**BRIEF:** Reproduce exactly, and only, the lines below from the one containing "f 224 223 200" through the one containing "f 88 89 336".

Collected data:
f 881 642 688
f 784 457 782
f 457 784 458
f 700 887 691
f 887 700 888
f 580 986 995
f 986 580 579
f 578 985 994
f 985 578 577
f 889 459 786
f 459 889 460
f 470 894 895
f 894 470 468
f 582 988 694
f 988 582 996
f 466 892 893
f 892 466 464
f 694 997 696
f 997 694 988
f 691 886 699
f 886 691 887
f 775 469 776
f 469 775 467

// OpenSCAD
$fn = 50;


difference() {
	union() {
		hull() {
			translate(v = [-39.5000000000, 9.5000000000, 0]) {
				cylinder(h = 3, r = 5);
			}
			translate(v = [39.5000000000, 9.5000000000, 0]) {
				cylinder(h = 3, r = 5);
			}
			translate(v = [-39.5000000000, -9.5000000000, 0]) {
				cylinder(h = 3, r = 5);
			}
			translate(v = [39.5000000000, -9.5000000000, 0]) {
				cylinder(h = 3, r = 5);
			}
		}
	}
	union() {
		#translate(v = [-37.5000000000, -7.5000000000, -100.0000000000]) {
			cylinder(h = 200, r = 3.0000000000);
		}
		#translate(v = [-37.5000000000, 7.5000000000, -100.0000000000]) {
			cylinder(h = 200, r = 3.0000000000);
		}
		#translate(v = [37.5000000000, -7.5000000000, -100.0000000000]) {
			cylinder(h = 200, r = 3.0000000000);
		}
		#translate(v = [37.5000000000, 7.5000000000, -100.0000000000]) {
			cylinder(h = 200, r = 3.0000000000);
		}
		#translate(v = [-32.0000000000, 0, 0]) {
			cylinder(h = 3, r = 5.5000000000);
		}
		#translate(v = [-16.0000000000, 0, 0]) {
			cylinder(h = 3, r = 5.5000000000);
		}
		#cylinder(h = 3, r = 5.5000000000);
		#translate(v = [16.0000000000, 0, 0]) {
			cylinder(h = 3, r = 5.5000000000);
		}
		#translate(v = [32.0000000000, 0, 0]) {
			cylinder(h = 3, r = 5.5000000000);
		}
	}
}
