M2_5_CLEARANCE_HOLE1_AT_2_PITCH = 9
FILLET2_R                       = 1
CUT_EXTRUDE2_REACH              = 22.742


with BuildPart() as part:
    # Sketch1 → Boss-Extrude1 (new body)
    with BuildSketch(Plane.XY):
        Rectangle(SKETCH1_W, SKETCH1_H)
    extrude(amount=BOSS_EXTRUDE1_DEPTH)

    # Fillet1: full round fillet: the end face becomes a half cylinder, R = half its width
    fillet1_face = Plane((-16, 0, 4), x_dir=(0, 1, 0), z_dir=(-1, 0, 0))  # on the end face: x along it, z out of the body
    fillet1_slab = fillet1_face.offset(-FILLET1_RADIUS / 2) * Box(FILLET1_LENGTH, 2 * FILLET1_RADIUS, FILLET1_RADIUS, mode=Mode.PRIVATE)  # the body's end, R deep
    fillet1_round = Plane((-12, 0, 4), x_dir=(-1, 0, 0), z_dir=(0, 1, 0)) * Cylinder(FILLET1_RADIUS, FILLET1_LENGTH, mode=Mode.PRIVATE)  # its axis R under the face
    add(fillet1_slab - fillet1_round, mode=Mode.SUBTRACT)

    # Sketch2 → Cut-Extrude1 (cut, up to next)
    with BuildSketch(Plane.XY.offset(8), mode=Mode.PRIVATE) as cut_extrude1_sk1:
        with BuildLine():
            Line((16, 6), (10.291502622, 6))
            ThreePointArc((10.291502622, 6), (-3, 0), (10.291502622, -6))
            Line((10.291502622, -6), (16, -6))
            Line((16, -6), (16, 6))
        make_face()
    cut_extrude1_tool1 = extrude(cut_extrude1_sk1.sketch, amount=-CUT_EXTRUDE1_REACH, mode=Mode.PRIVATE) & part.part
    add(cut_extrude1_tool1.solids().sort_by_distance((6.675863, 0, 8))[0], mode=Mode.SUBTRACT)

---

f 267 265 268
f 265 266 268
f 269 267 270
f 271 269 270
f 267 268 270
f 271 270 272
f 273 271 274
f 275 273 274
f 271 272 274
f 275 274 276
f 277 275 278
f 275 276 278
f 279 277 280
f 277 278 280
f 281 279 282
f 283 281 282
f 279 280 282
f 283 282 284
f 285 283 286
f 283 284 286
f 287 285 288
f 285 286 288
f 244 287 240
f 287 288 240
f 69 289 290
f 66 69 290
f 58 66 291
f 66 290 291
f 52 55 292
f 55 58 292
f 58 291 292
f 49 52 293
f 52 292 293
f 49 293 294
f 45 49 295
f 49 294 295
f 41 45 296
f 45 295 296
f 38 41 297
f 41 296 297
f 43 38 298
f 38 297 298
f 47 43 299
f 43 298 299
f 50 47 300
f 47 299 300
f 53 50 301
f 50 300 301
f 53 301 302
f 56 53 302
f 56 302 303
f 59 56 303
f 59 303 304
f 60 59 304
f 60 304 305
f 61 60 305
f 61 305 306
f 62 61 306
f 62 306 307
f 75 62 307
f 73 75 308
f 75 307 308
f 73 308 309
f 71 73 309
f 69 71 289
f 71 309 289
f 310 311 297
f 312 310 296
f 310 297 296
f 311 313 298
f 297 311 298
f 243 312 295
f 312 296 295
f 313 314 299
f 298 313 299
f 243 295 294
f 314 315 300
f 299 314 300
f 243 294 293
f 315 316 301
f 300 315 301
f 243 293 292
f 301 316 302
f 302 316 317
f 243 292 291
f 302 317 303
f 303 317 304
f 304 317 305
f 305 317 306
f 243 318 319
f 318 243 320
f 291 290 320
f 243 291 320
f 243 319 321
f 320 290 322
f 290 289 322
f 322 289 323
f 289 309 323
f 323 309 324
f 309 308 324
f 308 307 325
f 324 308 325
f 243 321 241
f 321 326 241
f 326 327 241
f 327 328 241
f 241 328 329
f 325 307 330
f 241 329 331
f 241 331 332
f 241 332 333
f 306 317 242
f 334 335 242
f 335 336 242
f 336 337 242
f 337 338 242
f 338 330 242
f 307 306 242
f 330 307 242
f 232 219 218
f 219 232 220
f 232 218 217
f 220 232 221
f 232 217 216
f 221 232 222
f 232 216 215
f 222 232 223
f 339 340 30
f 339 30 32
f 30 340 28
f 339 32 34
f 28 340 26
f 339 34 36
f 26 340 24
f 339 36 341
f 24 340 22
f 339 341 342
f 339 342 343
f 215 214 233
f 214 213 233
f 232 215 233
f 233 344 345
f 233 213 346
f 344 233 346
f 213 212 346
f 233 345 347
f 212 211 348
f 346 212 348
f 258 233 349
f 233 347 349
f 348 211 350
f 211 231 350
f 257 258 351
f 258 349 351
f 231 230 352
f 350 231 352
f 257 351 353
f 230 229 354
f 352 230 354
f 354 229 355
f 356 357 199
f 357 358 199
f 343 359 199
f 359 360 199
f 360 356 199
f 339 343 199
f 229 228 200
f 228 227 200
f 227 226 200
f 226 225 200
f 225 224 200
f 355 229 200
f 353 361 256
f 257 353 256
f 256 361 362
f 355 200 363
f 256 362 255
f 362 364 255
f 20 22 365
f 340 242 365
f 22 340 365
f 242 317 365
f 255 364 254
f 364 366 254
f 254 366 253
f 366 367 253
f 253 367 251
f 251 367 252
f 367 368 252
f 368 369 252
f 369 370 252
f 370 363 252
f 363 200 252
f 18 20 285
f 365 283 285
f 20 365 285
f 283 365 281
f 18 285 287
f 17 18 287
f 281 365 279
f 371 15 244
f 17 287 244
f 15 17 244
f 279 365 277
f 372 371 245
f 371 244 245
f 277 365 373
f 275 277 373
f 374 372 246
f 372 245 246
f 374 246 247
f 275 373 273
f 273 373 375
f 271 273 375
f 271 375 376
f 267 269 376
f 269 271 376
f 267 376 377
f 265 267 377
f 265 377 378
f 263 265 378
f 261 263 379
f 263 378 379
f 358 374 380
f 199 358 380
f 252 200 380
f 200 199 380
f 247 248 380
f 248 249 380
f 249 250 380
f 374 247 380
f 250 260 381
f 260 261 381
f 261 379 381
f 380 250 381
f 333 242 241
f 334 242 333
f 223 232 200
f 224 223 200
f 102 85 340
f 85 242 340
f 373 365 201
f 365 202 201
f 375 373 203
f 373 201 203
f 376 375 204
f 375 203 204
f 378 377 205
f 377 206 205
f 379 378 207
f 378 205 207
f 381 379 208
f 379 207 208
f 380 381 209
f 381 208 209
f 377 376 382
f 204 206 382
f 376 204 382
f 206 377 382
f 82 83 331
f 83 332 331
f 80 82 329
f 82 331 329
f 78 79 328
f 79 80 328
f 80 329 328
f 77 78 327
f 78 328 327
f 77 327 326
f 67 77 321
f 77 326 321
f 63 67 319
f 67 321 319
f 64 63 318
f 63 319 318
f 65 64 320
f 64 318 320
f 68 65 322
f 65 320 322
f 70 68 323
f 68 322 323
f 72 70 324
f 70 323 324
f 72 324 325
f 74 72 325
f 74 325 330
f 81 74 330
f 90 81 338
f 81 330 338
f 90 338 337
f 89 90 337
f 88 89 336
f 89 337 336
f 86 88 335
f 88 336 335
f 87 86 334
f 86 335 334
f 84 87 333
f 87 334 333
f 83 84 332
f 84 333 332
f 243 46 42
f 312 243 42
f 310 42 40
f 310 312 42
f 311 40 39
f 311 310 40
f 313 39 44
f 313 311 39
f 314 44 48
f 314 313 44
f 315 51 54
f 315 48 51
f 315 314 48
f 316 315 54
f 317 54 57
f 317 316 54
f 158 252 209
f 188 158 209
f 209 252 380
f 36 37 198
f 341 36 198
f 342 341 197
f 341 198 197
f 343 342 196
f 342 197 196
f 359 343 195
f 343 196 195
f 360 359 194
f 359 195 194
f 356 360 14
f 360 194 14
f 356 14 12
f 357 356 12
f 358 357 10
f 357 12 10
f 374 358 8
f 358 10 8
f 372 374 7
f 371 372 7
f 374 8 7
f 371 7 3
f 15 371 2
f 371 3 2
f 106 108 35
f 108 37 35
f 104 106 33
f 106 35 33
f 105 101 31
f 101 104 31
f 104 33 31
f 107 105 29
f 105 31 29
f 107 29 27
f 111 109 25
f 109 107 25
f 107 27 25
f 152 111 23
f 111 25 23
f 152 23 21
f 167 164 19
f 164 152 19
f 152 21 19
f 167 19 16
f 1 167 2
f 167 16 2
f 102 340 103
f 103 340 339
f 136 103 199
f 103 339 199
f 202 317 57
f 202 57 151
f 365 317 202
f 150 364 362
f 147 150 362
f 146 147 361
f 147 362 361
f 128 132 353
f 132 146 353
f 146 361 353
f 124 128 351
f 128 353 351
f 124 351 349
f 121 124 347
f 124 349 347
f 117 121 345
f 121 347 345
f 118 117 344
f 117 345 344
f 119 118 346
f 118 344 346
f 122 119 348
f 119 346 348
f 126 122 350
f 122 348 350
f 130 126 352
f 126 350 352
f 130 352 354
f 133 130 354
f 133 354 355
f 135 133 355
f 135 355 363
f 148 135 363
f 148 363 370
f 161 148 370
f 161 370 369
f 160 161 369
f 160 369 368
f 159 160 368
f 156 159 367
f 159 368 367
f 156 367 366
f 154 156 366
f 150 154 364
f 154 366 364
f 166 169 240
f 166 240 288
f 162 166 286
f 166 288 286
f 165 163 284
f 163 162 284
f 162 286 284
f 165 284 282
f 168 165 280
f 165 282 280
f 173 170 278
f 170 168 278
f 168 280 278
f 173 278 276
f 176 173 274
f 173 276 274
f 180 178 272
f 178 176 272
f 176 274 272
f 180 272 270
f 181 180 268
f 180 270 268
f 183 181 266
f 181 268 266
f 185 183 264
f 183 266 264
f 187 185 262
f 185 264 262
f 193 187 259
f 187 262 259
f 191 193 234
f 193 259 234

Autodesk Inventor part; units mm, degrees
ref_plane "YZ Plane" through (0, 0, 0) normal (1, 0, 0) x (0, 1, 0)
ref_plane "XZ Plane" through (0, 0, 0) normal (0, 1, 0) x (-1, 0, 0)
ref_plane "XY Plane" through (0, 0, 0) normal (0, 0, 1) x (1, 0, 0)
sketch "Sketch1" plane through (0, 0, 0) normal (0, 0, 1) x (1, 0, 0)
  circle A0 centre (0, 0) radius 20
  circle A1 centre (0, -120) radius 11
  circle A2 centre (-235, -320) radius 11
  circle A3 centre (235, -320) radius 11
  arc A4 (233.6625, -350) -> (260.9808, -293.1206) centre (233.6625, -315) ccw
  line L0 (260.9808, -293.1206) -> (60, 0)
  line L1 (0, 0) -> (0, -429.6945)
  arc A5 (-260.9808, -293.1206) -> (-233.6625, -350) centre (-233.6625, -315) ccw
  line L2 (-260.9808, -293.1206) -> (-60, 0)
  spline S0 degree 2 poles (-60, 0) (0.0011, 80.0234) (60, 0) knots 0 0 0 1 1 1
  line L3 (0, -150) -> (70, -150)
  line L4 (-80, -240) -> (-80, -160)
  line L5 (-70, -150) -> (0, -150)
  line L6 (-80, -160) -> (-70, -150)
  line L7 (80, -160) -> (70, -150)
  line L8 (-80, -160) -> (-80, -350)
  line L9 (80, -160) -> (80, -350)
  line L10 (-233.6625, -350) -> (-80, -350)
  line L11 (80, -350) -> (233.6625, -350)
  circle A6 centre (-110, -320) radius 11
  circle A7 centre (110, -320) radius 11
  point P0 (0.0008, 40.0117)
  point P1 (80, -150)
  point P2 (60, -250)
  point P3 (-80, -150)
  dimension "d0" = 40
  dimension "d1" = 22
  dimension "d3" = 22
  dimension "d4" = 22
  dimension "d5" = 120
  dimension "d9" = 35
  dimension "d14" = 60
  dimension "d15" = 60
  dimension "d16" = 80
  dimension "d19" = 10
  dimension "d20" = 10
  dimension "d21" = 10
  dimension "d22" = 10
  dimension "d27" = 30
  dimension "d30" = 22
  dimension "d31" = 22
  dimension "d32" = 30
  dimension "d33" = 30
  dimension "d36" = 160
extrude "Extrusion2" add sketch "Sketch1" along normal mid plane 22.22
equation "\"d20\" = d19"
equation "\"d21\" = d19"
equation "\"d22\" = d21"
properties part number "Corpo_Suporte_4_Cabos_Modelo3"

**WRITTEN REPLY:**
f 224 223 200
f 102 85 340
f 85 242 340
f 373 365 201
f 365 202 201
f 375 373 203
f 373 201 203
f 376 375 204
f 375 203 204
f 378 377 205
f 377 206 205
f 379 378 207
f 378 205 207
f 381 379 208
f 379 207 208
f 380 381 209
f 381 208 209
f 377 376 382
f 204 206 382
f 376 204 382
f 206 377 382
f 82 83 331
f 83 332 331
f 80 82 329
f 82 331 329
f 78 79 328
f 79 80 328
f 80 329 328
f 77 78 327
f 78 328 327
f 77 327 326
f 67 77 321
f 77 326 321
f 63 67 319
f 67 321 319
f 64 63 318
f 63 319 318
f 65 64 320
f 64 318 320
f 68 65 322
f 65 320 322
f 70 68 323
f 68 322 323
f 72 70 324
f 70 323 324
f 72 324 325
f 74 72 325
f 74 325 330
f 81 74 330
f 90 81 338
f 81 330 338
f 90 338 337
f 89 90 337
f 88 89 336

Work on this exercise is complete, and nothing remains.